- WORK TO BE COMPLETED -
Below is a listing; repeat exactly the lines from the one containing "extrude(amount=F1_DEPTH)" to the one containing "Circle(F4_R)", both included.

- DATA FOR ANALYSIS -
- - -
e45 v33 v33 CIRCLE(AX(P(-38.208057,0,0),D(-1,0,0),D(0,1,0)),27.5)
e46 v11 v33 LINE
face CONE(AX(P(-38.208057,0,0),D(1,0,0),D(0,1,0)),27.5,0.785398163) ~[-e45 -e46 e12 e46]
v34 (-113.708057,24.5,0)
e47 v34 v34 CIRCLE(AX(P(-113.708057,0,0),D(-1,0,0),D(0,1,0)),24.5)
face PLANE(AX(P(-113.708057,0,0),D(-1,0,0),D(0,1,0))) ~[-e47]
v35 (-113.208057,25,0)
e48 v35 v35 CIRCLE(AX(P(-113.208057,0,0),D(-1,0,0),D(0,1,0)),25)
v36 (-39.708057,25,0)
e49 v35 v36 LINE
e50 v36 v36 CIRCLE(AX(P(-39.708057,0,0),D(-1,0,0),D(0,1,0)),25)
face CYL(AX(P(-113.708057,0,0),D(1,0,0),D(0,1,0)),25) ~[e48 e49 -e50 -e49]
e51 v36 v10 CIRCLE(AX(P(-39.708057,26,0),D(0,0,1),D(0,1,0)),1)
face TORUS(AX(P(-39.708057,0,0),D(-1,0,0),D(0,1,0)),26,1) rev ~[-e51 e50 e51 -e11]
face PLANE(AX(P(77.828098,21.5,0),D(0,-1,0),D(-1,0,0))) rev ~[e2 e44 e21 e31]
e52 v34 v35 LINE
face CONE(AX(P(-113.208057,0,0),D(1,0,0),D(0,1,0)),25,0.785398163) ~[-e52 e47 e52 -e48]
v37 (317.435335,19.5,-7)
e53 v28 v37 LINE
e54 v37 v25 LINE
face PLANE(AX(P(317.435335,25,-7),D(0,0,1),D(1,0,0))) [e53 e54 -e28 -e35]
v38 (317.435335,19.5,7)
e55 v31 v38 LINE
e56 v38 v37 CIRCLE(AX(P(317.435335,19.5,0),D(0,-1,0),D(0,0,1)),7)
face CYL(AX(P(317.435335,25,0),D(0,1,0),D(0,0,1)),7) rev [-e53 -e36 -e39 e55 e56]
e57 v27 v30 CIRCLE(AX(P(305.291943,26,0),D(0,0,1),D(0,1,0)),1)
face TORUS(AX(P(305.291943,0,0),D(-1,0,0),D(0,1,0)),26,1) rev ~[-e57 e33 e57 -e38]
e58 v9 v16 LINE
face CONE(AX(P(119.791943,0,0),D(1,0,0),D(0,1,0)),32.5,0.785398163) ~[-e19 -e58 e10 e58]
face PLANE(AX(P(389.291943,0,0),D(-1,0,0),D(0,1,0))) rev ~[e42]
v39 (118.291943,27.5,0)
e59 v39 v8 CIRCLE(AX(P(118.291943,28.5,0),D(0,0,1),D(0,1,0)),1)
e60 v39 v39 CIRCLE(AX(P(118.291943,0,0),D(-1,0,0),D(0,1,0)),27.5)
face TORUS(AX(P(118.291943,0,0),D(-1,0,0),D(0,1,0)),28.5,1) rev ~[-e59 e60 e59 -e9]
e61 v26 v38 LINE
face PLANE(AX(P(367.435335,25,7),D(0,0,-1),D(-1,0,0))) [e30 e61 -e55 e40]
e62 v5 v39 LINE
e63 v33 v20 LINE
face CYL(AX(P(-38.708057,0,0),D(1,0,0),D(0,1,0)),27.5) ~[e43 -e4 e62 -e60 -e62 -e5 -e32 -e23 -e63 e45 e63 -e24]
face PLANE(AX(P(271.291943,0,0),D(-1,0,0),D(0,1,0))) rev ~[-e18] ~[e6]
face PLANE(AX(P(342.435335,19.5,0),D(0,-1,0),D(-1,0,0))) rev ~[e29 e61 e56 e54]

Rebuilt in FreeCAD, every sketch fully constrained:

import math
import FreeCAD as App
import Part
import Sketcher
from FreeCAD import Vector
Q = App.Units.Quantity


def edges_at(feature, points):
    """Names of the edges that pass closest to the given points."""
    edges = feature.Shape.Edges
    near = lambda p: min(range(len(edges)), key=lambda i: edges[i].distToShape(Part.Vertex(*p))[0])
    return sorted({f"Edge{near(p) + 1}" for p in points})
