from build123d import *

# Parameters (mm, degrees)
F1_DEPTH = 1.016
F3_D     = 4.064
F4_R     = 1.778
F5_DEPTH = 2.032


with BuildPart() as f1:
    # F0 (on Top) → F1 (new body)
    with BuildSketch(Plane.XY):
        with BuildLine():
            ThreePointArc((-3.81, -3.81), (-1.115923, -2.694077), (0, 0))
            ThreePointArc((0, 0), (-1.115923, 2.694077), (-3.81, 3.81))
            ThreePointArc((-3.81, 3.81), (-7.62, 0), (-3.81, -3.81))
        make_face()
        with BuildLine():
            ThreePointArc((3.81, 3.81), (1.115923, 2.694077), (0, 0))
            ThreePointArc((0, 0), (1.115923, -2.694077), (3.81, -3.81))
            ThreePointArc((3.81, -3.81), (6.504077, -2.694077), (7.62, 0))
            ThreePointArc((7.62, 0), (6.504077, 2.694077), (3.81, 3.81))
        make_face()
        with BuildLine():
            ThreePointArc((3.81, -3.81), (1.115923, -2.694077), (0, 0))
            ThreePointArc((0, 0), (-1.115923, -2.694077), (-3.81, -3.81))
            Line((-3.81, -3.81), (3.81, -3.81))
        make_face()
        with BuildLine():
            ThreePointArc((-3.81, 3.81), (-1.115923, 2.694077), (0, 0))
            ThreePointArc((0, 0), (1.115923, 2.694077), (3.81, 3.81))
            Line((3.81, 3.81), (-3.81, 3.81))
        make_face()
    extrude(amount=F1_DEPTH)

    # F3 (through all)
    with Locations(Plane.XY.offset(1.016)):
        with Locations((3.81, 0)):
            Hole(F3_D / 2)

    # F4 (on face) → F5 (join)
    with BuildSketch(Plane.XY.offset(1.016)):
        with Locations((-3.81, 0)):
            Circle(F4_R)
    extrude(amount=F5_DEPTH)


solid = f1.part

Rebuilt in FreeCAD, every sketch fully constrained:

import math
import FreeCAD as App
import Part
import Sketcher
from FreeCAD import Vector
Q = App.Units.Quantity

doc = App.newDocument("Part")
body = doc.addObject("PartDesign::Body", "Body")

# Sketch on XY plane
sketch1 = body.newObject("Sketcher::SketchObject", "Sketch")
sketch1.AttachmentSupport = (doc.getObject("XY_Plane"), [""])
sketch1.MapMode = "FlatFace"
sketch1.addGeometry(Part.ArcOfCircle(Part.Circle(Vector(-3.8, 0, 0), Vector(0, 0, 1), 3.8), math.radians(90), math.radians(270)), False)
sketch1.addGeometry(Part.LineSegment(Vector(-3.8, -3.8, 0), Vector(3.8, -3.8, 0)), False)
sketch1.addGeometry(Part.ArcOfCircle(Part.Circle(Vector(3.8, 0, 0), Vector(0, 0, 1), 3.8), math.radians(-90), math.radians(0)), False)
sketch1.addGeometry(Part.ArcOfCircle(Part.Circle(Vector(3.8, 0, 0), Vector(0, 0, 1), 3.8), math.radians(0), math.radians(90)), False)
sketch1.addGeometry(Part.LineSegment(Vector(3.8, 3.8, 0), Vector(-3.8, 3.8, 0)), False)
sketch1.addConstraint(Sketcher.Constraint("Tangent", 0, 2, 1, 1))
sketch1.addConstraint(Sketcher.Constraint("Tangent", 1, 2, 2, 1))
sketch1.addConstraint(Sketcher.Constraint("Tangent", 2, 2, 3, 1))
sketch1.addConstraint(Sketcher.Constraint("Tangent", 3, 2, 4, 1))
sketch1.addConstraint(Sketcher.Constraint("Tangent", 4, 2, 0, 1))
sketch1.addConstraint(Sketcher.Constraint("Horizontal", 1))
sketch1.addConstraint(Sketcher.Constraint("Horizontal", 4))
sketch1.addConstraint(Sketcher.Constraint("Equal", 0, 2))
sketch1.addConstraint(Sketcher.Constraint("Symmetric", 0, 3, 2, 3, -1, 1))
sketch1.addConstraint(Sketcher.Constraint("PointOnObject", 2, 2, -1))
sketch1.addConstraint(Sketcher.Constraint("Radius", 0, Q("0.15 in")))
sketch1.addConstraint(Sketcher.Constraint("DistanceX", 1, 1, 1, 2, Q("0.3 in")))
pad1 = body.newObject("PartDesign::Pad", "Pad")
pad1.Profile = sketch1
pad1.Length = Q("0.04 in")

# Sketch on XY plane
sketch2 = body.newObject("Sketcher::SketchObject", "Sketch001")
sketch2.AttachmentSupport = (doc.getObject("XY_Plane"), [""])
sketch2.MapMode = "FlatFace"
sketch2.AttachmentOffset = App.Placement(Vector(0, 0, 0.04 * 25.4), App.Rotation())
sketch2.addGeometry(Part.Circle(Vector(3.8, 0, 0), Vector(0, 0, 1), 2), False)
sketch2.addConstraint(Sketcher.Constraint("PointOnObject", 0, 3, -1))
sketch2.addConstraint(Sketcher.Constraint("Diameter", 0, Q("0.16 in")))
sketch2.addConstraint(Sketcher.Constraint("DistanceX", -1, 1, 0, 3, Q("0.15 in")))
doc.recompute()
hole = body.newObject("PartDesign::Hole", "Hole")
hole.Profile = sketch2
hole.ThreadType = "None"
hole.Diameter = Q("0.16 in")
hole.DepthType = "ThroughAll"

# Sketch on XY plane
sketch3 = body.newObject("Sketcher::SketchObject", "Sketch002")
sketch3.AttachmentSupport = (doc.getObject("XY_Plane"), [""])
sketch3.MapMode = "FlatFace"
sketch3.AttachmentOffset = App.Placement(Vector(0, 0, 0.04 * 25.4), App.Rotation())
sketch3.addGeometry(Part.Circle(Vector(-3.8, 0, 0), Vector(0, 0, 1), 1.8), False)
sketch3.addConstraint(Sketcher.Constraint("PointOnObject", 0, 3, -1))
sketch3.addConstraint(Sketcher.Constraint("Diameter", 0, Q("0.14 in")))
sketch3.addConstraint(Sketcher.Constraint("DistanceX", 0, 3, -1, 1, Q("0.15 in")))
pad2 = body.newObject("PartDesign::Pad", "Pad001")
pad2.Profile = sketch3
pad2.Length = Q("0.08 in")

doc.recompute()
- - -
- REPLY TO THE TASK -
    extrude(amount=F1_DEPTH)

    # F3 (through all)
    with Locations(Plane.XY.offset(1.016)):
        with Locations((3.81, 0)):
            Hole(F3_D / 2)

    # F4 (on face) → F5 (join)
    with BuildSketch(Plane.XY.offset(1.016)):
        with Locations((-3.81, 0)):
            Circle(F4_R)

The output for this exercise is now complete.